Input data Block Start

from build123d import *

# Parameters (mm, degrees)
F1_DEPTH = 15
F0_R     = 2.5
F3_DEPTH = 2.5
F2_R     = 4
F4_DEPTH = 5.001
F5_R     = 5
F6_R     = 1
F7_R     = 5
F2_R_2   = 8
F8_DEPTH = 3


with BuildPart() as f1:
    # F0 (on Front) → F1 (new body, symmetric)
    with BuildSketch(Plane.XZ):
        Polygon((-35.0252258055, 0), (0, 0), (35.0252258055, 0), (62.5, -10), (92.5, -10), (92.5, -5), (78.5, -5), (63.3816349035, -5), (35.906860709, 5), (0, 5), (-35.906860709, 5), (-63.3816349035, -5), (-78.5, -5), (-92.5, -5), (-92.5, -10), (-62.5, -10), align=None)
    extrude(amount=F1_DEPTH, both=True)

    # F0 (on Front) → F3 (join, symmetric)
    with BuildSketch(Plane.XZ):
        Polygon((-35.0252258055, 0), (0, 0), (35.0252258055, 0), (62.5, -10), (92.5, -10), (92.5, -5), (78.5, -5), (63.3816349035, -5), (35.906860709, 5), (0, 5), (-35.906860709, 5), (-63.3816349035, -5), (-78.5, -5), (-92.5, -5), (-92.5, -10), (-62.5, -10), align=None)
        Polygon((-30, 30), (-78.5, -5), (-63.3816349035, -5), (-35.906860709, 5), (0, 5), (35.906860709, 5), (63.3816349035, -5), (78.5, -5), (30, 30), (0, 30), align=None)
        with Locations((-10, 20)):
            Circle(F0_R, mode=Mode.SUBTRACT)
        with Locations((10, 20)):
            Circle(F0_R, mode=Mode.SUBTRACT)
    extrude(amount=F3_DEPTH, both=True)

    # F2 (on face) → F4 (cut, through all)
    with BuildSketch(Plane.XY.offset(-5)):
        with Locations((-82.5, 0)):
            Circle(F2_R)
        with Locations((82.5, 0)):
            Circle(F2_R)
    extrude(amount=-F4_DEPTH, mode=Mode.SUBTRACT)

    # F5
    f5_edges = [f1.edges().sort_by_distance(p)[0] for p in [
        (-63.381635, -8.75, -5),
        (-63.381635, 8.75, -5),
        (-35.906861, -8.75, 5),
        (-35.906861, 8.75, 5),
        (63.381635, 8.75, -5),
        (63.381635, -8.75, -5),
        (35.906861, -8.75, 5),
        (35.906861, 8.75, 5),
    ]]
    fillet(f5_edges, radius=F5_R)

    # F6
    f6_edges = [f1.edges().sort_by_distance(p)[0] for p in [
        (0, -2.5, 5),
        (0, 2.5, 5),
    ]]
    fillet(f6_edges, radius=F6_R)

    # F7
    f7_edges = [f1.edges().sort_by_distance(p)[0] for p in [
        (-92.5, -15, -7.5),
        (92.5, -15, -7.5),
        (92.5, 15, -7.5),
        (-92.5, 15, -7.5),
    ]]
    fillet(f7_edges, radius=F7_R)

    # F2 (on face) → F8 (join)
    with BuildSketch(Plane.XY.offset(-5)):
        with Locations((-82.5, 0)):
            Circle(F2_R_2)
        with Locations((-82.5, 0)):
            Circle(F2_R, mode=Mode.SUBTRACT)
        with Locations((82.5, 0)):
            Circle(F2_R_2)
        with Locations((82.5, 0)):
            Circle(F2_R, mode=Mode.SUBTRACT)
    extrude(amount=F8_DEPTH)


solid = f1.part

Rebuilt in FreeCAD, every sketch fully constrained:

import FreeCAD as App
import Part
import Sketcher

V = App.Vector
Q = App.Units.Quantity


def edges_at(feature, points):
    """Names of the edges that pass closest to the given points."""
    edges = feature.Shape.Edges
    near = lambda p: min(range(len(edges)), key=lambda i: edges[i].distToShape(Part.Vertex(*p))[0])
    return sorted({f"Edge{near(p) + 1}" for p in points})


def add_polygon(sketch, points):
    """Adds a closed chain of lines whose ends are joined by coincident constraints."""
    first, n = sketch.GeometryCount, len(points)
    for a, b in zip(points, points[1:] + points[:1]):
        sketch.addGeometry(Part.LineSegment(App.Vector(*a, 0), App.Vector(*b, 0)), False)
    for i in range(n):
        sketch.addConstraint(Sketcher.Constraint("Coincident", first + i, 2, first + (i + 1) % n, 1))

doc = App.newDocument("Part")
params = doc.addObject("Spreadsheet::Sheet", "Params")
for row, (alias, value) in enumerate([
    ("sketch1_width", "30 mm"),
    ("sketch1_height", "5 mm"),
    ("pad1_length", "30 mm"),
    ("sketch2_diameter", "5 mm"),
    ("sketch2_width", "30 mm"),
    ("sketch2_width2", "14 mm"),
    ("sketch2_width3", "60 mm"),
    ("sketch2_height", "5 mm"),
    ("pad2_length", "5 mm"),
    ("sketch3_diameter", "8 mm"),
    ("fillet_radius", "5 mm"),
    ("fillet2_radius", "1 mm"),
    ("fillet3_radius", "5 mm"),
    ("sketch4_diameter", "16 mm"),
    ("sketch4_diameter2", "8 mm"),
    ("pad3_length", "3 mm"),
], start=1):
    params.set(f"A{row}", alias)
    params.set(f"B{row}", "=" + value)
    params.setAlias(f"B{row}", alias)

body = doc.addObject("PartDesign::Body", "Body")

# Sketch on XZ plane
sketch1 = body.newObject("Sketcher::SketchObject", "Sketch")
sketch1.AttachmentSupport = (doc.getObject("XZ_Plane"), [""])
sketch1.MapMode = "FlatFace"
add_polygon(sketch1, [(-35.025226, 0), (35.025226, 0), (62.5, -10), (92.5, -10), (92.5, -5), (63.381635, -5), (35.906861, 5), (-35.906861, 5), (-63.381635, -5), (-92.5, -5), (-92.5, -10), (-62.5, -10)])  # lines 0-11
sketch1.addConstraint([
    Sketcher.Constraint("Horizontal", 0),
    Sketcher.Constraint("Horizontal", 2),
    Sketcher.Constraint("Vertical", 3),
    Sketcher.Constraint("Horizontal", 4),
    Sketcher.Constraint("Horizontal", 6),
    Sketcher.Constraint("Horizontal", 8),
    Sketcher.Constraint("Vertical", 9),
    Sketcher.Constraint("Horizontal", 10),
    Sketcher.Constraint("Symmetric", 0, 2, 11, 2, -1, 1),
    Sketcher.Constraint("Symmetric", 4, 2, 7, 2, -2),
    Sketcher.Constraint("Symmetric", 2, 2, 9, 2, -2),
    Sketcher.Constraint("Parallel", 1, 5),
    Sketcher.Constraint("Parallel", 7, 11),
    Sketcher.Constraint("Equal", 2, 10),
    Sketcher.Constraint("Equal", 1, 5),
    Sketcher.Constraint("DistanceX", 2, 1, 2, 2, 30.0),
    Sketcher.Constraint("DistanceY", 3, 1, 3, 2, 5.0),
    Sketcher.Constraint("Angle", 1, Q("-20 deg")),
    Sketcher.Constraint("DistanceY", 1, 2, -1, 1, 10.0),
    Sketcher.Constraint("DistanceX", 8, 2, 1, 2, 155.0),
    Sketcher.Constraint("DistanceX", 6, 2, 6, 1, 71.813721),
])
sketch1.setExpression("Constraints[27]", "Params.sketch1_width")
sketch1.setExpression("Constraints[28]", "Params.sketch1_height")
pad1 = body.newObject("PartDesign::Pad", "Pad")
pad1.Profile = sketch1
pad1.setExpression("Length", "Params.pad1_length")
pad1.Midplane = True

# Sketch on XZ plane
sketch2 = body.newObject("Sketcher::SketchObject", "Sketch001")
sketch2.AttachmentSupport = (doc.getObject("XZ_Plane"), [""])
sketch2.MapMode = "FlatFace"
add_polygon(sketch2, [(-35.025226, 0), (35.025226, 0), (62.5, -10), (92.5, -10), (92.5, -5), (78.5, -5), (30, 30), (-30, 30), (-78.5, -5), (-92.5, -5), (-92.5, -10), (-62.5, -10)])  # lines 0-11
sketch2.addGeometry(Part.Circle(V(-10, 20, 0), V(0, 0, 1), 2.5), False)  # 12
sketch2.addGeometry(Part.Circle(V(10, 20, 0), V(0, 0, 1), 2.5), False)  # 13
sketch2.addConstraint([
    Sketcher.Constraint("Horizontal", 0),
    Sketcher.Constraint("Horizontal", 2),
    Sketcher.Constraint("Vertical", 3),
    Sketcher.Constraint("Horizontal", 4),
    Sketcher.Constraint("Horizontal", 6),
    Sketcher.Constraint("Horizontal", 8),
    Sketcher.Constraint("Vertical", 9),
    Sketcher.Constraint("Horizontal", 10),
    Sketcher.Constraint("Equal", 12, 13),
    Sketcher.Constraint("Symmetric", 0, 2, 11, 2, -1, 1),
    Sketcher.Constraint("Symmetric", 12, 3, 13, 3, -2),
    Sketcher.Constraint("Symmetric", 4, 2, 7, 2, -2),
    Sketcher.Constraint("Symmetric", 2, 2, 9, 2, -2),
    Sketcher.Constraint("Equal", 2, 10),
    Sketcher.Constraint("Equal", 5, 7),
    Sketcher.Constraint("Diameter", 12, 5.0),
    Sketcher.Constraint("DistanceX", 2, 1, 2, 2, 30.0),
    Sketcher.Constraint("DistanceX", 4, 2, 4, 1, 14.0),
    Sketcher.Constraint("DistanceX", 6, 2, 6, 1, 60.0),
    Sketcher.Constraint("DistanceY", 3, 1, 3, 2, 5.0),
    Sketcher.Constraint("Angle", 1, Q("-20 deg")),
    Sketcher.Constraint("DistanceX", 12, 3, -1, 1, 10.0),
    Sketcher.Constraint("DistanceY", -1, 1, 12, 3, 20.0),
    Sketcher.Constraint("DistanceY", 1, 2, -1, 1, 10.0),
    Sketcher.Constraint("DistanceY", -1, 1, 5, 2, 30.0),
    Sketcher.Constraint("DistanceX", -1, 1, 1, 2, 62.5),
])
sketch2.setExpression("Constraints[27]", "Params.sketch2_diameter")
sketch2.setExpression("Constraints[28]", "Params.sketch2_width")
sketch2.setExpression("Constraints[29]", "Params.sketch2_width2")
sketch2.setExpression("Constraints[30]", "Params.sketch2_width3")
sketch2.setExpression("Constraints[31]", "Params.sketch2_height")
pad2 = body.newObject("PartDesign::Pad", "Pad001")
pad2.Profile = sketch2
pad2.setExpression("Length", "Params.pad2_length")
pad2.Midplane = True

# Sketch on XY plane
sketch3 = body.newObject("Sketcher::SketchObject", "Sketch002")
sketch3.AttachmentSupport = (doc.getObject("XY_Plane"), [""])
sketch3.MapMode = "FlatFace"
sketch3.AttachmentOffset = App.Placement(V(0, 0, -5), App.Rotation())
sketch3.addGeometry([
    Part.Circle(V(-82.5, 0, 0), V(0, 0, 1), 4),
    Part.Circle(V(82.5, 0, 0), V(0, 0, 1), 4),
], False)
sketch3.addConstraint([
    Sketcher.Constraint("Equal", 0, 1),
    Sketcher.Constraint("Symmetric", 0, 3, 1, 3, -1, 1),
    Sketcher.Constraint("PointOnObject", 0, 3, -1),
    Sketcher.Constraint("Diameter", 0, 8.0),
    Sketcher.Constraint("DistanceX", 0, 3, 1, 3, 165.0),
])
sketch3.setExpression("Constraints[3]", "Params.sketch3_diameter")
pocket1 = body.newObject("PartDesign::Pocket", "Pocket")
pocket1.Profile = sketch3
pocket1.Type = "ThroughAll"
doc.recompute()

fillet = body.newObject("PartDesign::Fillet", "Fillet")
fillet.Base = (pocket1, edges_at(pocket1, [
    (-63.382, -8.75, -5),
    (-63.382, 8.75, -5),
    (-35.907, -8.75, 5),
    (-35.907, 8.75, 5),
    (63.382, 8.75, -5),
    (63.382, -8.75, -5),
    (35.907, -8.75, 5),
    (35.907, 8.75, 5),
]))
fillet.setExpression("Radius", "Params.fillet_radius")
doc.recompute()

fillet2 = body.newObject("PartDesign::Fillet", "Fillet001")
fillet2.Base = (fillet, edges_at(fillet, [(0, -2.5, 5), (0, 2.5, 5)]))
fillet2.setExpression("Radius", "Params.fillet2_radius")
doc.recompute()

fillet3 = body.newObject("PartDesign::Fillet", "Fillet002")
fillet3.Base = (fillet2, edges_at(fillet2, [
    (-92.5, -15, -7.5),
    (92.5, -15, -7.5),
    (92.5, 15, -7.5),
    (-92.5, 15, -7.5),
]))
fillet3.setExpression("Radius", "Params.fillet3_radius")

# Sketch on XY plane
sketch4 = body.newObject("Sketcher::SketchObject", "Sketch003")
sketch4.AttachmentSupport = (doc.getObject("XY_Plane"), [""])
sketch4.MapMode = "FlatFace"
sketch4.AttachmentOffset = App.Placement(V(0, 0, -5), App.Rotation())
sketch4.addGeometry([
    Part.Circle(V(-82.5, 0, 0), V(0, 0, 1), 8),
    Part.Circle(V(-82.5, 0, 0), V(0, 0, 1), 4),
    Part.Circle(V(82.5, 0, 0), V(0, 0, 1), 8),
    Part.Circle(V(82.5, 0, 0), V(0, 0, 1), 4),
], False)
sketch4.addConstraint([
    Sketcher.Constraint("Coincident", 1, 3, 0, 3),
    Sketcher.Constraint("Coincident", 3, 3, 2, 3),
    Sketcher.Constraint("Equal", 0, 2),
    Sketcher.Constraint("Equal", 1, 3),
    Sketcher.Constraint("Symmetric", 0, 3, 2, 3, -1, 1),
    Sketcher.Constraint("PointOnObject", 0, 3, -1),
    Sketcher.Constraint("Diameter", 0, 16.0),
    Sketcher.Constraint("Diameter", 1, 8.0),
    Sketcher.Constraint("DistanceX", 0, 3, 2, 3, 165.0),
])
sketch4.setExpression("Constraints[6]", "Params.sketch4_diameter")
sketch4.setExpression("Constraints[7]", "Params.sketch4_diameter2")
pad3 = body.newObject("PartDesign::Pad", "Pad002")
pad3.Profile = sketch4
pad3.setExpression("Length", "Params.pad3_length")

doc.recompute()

Input data Block End

_Task directions:_
For each line above that contains "amount", add one to a count, then state only the final number.

_Answer to the exercise:_
4